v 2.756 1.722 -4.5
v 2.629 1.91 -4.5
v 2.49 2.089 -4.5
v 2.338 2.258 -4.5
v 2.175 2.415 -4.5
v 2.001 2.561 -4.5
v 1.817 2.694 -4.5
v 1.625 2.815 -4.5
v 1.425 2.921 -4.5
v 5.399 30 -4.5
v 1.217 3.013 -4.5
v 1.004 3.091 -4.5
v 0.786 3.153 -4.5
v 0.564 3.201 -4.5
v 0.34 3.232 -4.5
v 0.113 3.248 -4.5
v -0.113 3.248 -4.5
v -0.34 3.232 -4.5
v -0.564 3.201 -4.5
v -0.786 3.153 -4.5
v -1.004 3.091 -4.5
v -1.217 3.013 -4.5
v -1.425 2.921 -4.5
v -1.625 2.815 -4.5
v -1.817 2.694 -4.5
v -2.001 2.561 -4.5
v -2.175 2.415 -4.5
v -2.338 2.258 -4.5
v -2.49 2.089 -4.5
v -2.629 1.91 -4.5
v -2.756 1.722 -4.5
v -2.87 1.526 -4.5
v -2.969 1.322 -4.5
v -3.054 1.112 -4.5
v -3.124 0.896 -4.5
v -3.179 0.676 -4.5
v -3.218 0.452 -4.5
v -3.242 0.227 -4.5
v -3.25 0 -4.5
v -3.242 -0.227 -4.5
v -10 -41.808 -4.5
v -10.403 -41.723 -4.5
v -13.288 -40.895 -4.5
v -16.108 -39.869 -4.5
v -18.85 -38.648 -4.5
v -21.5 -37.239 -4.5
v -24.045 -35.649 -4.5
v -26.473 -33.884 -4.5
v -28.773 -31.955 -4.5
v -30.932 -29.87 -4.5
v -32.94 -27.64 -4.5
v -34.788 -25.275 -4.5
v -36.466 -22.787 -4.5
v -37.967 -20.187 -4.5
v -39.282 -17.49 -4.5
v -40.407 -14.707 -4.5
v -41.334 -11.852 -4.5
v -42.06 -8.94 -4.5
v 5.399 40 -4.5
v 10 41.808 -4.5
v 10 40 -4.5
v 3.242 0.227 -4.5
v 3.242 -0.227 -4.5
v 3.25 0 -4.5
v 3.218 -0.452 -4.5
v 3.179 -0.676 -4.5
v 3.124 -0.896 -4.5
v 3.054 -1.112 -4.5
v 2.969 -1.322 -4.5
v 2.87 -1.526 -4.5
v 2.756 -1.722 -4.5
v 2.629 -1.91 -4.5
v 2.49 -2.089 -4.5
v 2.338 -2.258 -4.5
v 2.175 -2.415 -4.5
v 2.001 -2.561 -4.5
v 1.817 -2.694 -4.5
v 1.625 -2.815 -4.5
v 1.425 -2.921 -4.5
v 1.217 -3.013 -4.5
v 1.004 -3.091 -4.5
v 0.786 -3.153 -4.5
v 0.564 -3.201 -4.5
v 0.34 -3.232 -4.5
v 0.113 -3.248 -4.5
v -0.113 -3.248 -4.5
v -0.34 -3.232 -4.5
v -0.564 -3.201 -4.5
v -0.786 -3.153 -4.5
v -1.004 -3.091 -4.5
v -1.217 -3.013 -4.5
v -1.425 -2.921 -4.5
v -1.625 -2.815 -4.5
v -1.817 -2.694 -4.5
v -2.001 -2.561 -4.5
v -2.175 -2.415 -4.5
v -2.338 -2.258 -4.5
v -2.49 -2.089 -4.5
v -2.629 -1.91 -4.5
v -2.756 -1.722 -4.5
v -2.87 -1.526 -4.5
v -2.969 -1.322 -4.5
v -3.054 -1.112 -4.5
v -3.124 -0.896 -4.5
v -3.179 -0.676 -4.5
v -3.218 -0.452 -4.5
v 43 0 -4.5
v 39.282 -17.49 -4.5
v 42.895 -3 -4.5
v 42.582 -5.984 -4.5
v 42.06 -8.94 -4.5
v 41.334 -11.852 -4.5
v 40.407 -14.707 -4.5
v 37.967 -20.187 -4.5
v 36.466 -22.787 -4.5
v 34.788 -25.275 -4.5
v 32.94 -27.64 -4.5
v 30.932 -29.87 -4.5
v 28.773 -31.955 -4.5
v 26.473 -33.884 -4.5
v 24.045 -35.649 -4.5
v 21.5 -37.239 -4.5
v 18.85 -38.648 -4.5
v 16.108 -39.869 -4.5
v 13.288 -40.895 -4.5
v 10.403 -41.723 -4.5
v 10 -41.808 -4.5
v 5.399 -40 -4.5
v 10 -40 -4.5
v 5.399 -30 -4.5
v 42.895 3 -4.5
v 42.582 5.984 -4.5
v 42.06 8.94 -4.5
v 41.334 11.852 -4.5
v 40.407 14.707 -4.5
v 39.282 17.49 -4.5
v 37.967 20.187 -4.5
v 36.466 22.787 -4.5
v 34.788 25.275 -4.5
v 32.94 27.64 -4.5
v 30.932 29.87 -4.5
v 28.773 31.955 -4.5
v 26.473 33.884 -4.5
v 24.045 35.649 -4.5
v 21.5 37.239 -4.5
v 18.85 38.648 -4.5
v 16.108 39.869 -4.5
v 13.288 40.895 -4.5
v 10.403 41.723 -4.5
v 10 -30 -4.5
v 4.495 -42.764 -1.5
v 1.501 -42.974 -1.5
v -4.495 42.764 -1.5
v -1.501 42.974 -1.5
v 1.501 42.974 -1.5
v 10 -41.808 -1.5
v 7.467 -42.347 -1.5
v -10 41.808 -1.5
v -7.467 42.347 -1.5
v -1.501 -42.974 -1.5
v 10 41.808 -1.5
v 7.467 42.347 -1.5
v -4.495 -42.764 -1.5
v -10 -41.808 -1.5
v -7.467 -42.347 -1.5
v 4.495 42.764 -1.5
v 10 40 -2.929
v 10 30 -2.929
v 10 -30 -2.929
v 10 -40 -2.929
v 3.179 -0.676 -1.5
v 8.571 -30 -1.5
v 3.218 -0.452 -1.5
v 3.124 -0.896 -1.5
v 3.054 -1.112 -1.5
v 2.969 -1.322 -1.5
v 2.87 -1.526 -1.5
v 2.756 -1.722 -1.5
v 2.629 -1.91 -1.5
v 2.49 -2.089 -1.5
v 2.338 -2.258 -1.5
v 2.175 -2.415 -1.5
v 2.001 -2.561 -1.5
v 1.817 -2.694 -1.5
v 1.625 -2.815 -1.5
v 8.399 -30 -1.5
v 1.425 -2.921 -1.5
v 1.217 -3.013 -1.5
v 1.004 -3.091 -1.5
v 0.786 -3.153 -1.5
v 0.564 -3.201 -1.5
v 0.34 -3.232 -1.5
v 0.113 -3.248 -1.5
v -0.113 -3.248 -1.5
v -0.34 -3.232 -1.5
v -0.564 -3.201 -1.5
━━━━━━
What to do
Reproduce exactly the entries above, limited to the lines from the one with "v -3.179 -0.676 -4.5" through the one with "v -0.113 -3.248 -1.5", both included.

Your solution
v -3.179 -0.676 -4.5
v -3.218 -0.452 -4.5
v 43 0 -4.5
v 39.282 -17.49 -4.5
v 42.895 -3 -4.5
v 42.582 -5.984 -4.5
v 42.06 -8.94 -4.5
v 41.334 -11.852 -4.5
v 40.407 -14.707 -4.5
v 37.967 -20.187 -4.5
v 36.466 -22.787 -4.5
v 34.788 -25.275 -4.5
v 32.94 -27.64 -4.5
v 30.932 -29.87 -4.5
v 28.773 -31.955 -4.5
v 26.473 -33.884 -4.5
v 24.045 -35.649 -4.5
v 21.5 -37.239 -4.5
v 18.85 -38.648 -4.5
v 16.108 -39.869 -4.5
v 13.288 -40.895 -4.5
v 10.403 -41.723 -4.5
v 10 -41.808 -4.5
v 5.399 -40 -4.5
v 10 -40 -4.5
v 5.399 -30 -4.5
v 42.895 3 -4.5
v 42.582 5.984 -4.5
v 42.06 8.94 -4.5
v 41.334 11.852 -4.5
v 40.407 14.707 -4.5
v 39.282 17.49 -4.5
v 37.967 20.187 -4.5
v 36.466 22.787 -4.5
v 34.788 25.275 -4.5
v 32.94 27.64 -4.5
v 30.932 29.87 -4.5
v 28.773 31.955 -4.5
v 26.473 33.884 -4.5
v 24.045 35.649 -4.5
v 21.5 37.239 -4.5
v 18.85 38.648 -4.5
v 16.108 39.869 -4.5
v 13.288 40.895 -4.5
v 10.403 41.723 -4.5
v 10 -30 -4.5
v 4.495 -42.764 -1.5
v 1.501 -42.974 -1.5
v -4.495 42.764 -1.5
v -1.501 42.974 -1.5
v 1.501 42.974 -1.5
v 10 -41.808 -1.5
v 7.467 -42.347 -1.5
v -10 41.808 -1.5
v -7.467 42.347 -1.5
v -1.501 -42.974 -1.5
v 10 41.808 -1.5
v 7.467 42.347 -1.5
v -4.495 -42.764 -1.5
v -10 -41.808 -1.5
v -7.467 -42.347 -1.5
v 4.495 42.764 -1.5
v 10 40 -2.929
v 10 30 -2.929
v 10 -30 -2.929
v 10 -40 -2.929
v 3.179 -0.676 -1.5
v 8.571 -30 -1.5
v 3.218 -0.452 -1.5
v 3.124 -0.896 -1.5
v 3.054 -1.112 -1.5
v 2.969 -1.322 -1.5
v 2.87 -1.526 -1.5
v 2.756 -1.722 -1.5
v 2.629 -1.91 -1.5
v 2.49 -2.089 -1.5
v 2.338 -2.258 -1.5
v 2.175 -2.415 -1.5
v 2.001 -2.561 -1.5
v 1.817 -2.694 -1.5
v 1.625 -2.815 -1.5
v 8.399 -30 -1.5
v 1.425 -2.921 -1.5
v 1.217 -3.013 -1.5
v 1.004 -3.091 -1.5
v 0.786 -3.153 -1.5
v 0.564 -3.201 -1.5
v 0.34 -3.232 -1.5
v 0.113 -3.248 -1.5
v -0.113 -3.248 -1.5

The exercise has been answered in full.